Improved biodistribution and radioimmunoimaging with poly(ethylene glycol)-DOTA-conjugated anti-CEA diabody.

Diabodies are single chain antibody fragments (scFvs) that spontaneously form bivalent dimers of molecular size 50-55000. Radiolabeled diabodies are almost ideal tumor targeting agents due to their high avidity (bivalent) binding to tumor antigens and small size (50-55000) that leads to improved tumor-to-blood ratio compared to intact antibodies (150000). However, due to their high retention and metabolism in the kidney, radioiodine is the current radiolabel of choice for diabodies since radioiodine is rapidly excreted from the kidney once metabolized. We have previously shown that 111In-DOTA-diabody gives higher tumor uptake in nude mouse xenografts than 125I-diabody, but has extremely high kidney retention since its 111In-labeled metabolites are retained by and only slowly excreted from the kidney.
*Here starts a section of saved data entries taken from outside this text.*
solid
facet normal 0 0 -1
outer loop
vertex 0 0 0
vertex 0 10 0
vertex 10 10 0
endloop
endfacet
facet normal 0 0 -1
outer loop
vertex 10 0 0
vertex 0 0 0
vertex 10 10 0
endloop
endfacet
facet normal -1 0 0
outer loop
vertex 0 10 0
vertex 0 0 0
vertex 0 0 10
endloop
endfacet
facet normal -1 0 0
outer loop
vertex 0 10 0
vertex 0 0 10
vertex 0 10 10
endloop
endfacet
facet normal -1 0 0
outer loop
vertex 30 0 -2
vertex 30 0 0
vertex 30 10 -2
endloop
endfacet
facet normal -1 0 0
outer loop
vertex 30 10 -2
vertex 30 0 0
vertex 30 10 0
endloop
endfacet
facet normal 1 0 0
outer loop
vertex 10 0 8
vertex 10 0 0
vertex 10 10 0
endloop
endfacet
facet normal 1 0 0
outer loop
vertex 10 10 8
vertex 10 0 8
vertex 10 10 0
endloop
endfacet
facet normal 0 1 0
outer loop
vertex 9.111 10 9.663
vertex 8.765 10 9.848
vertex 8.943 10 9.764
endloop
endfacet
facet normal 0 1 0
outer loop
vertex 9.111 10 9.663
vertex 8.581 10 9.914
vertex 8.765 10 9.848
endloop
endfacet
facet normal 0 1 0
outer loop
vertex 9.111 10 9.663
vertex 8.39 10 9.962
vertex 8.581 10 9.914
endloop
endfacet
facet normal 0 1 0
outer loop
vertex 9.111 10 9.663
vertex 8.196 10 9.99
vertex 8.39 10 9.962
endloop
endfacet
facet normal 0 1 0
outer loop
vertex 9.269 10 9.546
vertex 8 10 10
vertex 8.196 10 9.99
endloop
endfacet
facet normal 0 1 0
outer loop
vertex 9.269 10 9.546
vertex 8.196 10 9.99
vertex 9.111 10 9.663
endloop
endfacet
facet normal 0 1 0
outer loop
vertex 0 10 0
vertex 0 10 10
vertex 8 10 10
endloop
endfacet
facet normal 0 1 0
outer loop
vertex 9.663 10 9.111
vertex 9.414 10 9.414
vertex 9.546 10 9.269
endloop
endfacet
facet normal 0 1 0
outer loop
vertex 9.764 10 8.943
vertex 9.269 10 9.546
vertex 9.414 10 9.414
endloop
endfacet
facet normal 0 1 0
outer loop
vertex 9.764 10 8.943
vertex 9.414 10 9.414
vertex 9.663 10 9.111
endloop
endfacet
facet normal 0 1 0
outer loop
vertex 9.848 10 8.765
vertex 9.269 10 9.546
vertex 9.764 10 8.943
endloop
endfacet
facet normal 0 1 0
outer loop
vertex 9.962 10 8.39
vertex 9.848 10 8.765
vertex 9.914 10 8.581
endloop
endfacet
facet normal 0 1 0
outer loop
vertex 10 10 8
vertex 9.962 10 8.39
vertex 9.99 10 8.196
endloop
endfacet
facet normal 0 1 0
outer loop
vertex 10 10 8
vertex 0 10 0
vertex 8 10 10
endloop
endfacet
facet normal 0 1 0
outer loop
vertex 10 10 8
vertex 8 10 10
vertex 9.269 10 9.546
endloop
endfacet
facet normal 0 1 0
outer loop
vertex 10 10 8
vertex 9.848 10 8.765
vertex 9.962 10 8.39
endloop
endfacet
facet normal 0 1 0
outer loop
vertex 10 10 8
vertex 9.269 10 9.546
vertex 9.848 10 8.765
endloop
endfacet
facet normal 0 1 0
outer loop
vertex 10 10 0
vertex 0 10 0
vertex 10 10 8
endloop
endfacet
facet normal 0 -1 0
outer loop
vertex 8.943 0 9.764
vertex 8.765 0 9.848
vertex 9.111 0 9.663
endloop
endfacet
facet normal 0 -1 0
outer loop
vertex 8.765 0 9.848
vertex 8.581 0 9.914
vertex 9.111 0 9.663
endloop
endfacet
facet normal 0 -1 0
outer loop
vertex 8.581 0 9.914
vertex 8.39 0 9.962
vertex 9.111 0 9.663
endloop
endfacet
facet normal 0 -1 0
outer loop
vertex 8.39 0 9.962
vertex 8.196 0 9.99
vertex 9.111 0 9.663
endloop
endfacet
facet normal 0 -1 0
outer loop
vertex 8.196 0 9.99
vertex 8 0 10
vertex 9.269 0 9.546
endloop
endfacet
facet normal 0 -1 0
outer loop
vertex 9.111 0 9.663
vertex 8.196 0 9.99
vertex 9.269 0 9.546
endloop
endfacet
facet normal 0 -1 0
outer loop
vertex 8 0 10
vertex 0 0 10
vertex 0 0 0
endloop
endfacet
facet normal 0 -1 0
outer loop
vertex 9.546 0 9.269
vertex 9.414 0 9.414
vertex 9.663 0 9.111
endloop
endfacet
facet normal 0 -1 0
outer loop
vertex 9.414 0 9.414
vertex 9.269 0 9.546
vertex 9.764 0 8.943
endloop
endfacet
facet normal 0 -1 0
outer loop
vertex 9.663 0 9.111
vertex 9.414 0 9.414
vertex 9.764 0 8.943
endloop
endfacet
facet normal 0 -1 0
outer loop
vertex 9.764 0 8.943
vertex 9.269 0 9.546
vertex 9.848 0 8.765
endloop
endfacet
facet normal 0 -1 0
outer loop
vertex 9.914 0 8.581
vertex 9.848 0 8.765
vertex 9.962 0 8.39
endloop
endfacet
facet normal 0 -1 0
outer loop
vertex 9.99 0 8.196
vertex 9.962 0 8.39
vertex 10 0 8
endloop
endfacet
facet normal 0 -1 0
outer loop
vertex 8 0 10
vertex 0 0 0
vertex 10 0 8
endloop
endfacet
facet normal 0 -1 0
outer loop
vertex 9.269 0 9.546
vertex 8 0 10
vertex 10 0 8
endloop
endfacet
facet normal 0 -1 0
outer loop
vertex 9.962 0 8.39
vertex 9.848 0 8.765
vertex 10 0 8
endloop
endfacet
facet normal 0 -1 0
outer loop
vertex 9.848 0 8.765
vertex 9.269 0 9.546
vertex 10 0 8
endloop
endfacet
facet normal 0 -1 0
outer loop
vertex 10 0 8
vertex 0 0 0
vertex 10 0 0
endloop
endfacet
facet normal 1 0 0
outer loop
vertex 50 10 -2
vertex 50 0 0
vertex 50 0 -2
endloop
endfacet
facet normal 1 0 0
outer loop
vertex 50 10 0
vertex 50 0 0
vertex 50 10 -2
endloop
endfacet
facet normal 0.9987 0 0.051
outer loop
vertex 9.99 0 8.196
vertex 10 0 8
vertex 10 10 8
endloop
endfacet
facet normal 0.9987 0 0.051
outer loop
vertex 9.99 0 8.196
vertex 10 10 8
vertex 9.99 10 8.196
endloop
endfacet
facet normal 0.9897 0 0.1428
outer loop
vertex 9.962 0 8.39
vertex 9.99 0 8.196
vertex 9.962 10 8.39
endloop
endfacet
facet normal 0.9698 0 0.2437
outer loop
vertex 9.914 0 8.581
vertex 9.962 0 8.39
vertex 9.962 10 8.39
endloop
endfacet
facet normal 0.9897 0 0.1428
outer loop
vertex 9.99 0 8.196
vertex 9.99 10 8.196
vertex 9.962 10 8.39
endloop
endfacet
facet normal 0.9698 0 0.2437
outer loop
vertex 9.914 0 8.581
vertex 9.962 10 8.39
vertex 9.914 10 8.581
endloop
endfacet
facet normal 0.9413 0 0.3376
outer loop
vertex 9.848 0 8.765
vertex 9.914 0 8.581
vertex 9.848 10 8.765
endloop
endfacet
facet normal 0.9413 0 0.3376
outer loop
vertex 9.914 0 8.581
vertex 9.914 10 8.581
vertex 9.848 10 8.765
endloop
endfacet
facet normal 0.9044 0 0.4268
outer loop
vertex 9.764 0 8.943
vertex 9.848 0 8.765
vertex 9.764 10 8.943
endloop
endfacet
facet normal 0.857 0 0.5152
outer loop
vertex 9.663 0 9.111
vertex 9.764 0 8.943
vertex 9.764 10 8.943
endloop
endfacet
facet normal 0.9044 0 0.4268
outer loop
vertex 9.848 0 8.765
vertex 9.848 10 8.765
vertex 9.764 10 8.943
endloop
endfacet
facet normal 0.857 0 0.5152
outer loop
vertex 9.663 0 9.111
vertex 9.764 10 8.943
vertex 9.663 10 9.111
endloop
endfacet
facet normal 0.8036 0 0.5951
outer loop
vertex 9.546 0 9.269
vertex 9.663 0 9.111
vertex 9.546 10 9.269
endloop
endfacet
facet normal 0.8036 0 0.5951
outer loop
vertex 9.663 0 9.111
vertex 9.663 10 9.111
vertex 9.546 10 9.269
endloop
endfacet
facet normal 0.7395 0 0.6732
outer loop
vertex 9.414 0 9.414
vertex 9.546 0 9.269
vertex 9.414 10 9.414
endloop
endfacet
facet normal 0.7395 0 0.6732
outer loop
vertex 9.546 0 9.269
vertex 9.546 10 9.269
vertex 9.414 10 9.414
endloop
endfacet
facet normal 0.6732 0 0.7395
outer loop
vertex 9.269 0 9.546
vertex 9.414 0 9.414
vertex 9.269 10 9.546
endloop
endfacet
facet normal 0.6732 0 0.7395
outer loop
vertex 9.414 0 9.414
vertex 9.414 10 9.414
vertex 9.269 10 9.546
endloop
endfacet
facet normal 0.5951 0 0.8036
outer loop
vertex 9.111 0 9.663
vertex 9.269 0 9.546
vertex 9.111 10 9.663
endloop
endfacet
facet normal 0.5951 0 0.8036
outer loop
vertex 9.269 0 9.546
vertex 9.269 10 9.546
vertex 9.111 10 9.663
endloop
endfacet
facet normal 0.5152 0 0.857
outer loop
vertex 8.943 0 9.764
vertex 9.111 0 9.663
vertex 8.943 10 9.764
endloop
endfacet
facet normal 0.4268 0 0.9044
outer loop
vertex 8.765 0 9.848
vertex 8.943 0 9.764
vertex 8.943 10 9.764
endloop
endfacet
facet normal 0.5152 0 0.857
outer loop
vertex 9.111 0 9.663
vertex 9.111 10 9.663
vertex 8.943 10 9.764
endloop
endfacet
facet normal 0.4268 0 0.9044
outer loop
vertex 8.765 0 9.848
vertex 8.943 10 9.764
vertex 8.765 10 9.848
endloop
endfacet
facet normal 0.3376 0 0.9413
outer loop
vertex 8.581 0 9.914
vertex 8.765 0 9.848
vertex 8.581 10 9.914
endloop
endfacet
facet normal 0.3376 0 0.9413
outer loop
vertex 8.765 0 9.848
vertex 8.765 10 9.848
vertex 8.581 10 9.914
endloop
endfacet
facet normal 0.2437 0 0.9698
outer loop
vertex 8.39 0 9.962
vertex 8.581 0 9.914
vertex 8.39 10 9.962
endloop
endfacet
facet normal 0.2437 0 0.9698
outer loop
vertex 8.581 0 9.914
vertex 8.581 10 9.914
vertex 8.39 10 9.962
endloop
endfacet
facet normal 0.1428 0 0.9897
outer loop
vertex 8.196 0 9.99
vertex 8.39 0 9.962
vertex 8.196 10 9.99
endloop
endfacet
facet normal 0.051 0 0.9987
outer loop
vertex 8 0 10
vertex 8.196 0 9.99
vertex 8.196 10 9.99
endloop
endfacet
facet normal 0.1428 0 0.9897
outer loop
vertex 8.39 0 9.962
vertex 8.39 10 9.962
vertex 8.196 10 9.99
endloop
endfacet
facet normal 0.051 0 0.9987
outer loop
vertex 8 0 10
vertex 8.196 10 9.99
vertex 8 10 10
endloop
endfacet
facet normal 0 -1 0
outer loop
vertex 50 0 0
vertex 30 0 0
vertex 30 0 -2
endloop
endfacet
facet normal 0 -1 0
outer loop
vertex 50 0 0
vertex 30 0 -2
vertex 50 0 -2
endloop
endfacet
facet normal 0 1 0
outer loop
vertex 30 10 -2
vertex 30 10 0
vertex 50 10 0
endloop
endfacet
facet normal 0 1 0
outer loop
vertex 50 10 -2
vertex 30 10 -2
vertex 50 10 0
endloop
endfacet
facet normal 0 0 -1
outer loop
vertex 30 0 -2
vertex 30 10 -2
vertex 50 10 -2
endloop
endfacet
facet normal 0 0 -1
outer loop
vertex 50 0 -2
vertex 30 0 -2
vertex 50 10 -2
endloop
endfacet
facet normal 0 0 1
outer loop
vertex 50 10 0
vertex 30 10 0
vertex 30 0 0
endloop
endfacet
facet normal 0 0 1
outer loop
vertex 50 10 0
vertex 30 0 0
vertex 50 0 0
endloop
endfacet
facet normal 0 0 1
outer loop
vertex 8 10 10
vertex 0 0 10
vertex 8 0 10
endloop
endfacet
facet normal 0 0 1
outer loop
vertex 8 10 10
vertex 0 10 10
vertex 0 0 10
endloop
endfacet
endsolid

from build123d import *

# Parameters (mm, degrees)
SKETCH_1_W             = 10
SKETCH_1_H             = 10
EXTRUDE_1_DEPTH        = 10
FILLET_1_R             = 2
SKETCH_2_W             = 20
SKETCH_2_H             = 10
SM_BASE_FLANGE_1_DEPTH = 2


# Sheet-metal steps are written as plain solids
with BuildPart() as part:
    # Sketch 1 → 凸台-拉伸1 (new body)
    with BuildSketch(Plane.XY):
        with Locations((5, 5)):
            Rectangle(SKETCH_1_W, SKETCH_1_H)
    extrude(amount=EXTRUDE_1_DEPTH)

    # 圆角1
    fillet_1_edges = [part.edges().sort_by_distance(p)[0] for p in [
        (10, 5, 10),
    ]]
    fillet(fillet_1_edges, radius=FILLET_1_R)


with BuildPart() as body_2:
    # Sketch 2 → 基体-法兰1 (new body)
    with BuildSketch(Plane.XY):
        with Locations((40, 5)):
            Rectangle(SKETCH_2_W, SKETCH_2_H)
    extrude(amount=-SM_BASE_FLANGE_1_DEPTH)


solid = Compound([part.part, body_2.part])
When a diabody is conjugated to a bifunctional PEG-3400 derivative followed by reaction with cysteinyl-DOTA, the resulting product has an apparent molecular size of 75000 and a Stokes radius of 35 angstroms on size exclusion chromatography, compared to a Stokes radius of 25 angstroms for intact diabody. When radiolabeled, the conjugate gives high yields of 111In-labeled product, retains high immunoreactivity, and gives improved biodistributions (30-40%ID/g, 12-48 h) compared to 111In-DOTA-diabody (12-13%ID/g, 6-12 h). We show that the improved biodistribution is due to an increase in Stokes radius caused by the linear PEG-3400 since conjugation of diabody with multiple (PEG)12 linkers followed by reaction with cysteinyl-DOTA does not reduce kidney accumulation. We also show that 111In-cysteinyl-DOTA-PEG3400-diabody gives excellent tumor images in the nude mouse xenograft model and that 125I-PEG3400-diabody gives equivalent images to 125I-minibody (molecular size, 80000), but improved tumor-to-liver ratios, suggesting that this imaging agent can be used to image liver metastases.